_Exercise_:
Using the records below, repeat exactly the lines from the one holding "#64=AXIS2_PLACEMENT_3D('',#47,#36,#31);" through the one holding "#77=LINE('',#72,#54);", both ends included, and no others.

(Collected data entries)
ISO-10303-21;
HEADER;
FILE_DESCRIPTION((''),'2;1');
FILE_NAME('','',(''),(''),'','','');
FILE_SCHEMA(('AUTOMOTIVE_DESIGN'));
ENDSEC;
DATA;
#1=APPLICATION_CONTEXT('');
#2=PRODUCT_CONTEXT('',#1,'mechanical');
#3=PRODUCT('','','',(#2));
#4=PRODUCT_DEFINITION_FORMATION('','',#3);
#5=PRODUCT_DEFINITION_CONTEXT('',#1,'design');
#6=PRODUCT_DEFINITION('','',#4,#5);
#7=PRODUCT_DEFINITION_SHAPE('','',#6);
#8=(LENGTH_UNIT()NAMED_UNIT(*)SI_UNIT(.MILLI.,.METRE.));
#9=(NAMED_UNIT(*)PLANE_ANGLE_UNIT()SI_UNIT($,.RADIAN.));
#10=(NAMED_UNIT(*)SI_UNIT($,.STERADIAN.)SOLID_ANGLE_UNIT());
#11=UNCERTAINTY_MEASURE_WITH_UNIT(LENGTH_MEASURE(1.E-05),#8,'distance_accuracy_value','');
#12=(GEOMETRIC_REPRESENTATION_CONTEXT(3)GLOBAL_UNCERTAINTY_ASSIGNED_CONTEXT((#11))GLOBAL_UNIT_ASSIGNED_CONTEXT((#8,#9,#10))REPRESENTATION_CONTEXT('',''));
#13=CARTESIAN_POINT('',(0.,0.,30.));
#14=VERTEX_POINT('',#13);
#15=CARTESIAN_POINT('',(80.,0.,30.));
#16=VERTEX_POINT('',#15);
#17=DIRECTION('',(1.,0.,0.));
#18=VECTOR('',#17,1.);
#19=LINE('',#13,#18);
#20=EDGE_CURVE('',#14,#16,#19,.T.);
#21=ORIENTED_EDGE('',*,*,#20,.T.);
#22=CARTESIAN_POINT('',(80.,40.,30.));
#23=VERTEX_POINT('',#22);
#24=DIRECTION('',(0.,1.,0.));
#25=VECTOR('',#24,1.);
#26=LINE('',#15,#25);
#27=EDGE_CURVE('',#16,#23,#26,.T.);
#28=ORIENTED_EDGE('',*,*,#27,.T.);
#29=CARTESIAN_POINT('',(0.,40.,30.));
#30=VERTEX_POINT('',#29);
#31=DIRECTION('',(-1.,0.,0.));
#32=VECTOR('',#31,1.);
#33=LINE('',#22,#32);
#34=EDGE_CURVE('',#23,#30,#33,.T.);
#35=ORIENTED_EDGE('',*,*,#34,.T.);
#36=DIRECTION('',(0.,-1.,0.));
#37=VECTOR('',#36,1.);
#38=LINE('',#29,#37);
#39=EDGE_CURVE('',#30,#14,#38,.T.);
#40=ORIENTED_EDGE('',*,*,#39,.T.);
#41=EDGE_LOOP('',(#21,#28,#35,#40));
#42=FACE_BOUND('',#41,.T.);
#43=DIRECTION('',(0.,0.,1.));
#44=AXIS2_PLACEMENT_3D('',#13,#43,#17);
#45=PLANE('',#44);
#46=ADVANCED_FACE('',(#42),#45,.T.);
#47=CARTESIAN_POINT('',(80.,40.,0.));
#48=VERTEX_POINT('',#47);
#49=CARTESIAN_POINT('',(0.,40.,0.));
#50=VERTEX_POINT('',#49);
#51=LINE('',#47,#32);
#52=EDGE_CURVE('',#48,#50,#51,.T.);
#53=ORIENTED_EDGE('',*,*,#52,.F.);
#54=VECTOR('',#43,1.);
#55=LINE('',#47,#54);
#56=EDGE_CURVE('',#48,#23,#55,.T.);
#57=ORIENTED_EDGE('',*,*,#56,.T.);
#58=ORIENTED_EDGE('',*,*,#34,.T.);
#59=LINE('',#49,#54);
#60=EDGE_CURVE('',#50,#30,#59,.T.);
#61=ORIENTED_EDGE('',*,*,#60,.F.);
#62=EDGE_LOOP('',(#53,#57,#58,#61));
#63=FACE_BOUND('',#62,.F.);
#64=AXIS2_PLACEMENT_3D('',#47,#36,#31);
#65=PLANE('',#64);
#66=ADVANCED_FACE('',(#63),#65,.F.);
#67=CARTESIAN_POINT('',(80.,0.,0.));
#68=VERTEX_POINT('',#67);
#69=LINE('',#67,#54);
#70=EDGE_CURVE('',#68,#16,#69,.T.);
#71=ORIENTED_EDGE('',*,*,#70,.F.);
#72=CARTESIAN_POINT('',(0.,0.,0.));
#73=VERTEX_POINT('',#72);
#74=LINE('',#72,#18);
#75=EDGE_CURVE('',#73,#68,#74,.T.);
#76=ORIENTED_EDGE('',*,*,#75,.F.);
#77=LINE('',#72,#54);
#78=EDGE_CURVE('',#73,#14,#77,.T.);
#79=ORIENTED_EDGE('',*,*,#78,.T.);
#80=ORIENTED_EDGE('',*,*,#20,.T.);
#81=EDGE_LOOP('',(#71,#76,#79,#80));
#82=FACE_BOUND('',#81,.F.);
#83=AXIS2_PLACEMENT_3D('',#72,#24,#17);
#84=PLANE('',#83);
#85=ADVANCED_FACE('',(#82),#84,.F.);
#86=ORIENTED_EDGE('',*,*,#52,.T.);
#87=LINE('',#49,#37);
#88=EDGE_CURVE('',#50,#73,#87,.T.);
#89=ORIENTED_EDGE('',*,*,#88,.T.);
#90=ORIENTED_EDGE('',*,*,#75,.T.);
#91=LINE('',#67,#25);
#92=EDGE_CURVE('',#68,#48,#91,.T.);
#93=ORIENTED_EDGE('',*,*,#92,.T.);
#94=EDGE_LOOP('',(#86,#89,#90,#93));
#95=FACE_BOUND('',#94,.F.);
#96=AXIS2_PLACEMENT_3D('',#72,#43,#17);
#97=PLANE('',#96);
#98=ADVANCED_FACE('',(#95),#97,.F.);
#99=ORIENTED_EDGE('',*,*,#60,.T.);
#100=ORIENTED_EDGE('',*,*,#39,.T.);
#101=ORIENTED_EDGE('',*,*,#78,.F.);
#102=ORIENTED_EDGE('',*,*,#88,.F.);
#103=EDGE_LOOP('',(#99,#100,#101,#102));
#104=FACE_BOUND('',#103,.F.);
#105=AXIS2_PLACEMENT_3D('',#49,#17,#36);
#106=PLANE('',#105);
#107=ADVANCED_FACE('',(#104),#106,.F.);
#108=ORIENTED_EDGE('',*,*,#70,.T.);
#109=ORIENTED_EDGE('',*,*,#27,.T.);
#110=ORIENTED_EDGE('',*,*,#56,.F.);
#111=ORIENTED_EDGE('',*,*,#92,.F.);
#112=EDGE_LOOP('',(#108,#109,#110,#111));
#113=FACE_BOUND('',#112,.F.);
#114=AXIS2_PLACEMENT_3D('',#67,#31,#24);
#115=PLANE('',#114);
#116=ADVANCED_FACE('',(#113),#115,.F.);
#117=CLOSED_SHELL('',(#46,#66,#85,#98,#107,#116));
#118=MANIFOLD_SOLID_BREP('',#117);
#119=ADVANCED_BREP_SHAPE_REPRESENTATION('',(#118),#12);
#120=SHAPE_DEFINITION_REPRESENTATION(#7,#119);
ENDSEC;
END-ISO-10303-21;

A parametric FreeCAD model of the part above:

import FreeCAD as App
import Part
import Sketcher

V = App.Vector
Q = App.Units.Quantity

doc = App.newDocument("Part")
params = doc.addObject("Spreadsheet::Sheet", "Params")
for row, (alias, value) in enumerate([
    ("sketch1_width", "80 mm"),
    ("sketch1_height", "40 mm"),
    ("pad1_length", "30 mm"),
], start=1):
    params.set(f"A{row}", alias)
    params.set(f"B{row}", "=" + value)
    params.setAlias(f"B{row}", alias)

body = doc.addObject("PartDesign::Body", "Body")

# Sketch on XY plane
sketch1 = doc.addObject("Sketcher::SketchObject", "Sketch")
body.addObject(sketch1)
sketch1.AttachmentSupport = (doc.XY_Plane, [""])
sketch1.MapMode = "FlatFace"
sketch1.addGeometry(Part.LineSegment(V(0, 40, 0), V(0, 0, 0)), False)
sketch1.addGeometry(Part.LineSegment(V(0, 0, 0), V(80, 0, 0)), False)
sketch1.addGeometry(Part.LineSegment(V(80, 0, 0), V(80, 40, 0)), False)
sketch1.addGeometry(Part.LineSegment(V(80, 40, 0), V(0, 40, 0)), False)
sketch1.addConstraint(Sketcher.Constraint("Coincident", 0, 2, 1, 1))
sketch1.addConstraint(Sketcher.Constraint("Coincident", 1, 2, 2, 1))
sketch1.addConstraint(Sketcher.Constraint("Coincident", 2, 2, 3, 1))
sketch1.addConstraint(Sketcher.Constraint("Coincident", 3, 2, 0, 1))
sketch1.addConstraint(Sketcher.Constraint("Vertical", 0))
sketch1.addConstraint(Sketcher.Constraint("Horizontal", 1))
sketch1.addConstraint(Sketcher.Constraint("Vertical", 2))
sketch1.addConstraint(Sketcher.Constraint("Horizontal", 3))
sketch1.addConstraint(Sketcher.Constraint("Coincident", 0, 2, -1, 1))
sketch1.addConstraint(Sketcher.Constraint("DistanceX", 1, 1, 1, 2, Q("80 mm")))
sketch1.addConstraint(Sketcher.Constraint("DistanceY", 0, 2, 0, 1, Q("40 mm")))
sketch1.setExpression("Constraints[9]", "Params.sketch1_width")
sketch1.setExpression("Constraints[10]", "Params.sketch1_height")
pad1 = doc.addObject("PartDesign::Pad", "Pad")
body.addObject(pad1)
pad1.Profile = sketch1
pad1.setExpression("Length", "Params.pad1_length")

doc.recompute()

_Exercise response_:
#64=AXIS2_PLACEMENT_3D('',#47,#36,#31);
#65=PLANE('',#64);
#66=ADVANCED_FACE('',(#63),#65,.F.);
#67=CARTESIAN_POINT('',(80.,0.,0.));
#68=VERTEX_POINT('',#67);
#69=LINE('',#67,#54);
#70=EDGE_CURVE('',#68,#16,#69,.T.);
#71=ORIENTED_EDGE('',*,*,#70,.F.);
#72=CARTESIAN_POINT('',(0.,0.,0.));
#73=VERTEX_POINT('',#72);
#74=LINE('',#72,#18);
#75=EDGE_CURVE('',#73,#68,#74,.T.);
#76=ORIENTED_EDGE('',*,*,#75,.F.);
#77=LINE('',#72,#54);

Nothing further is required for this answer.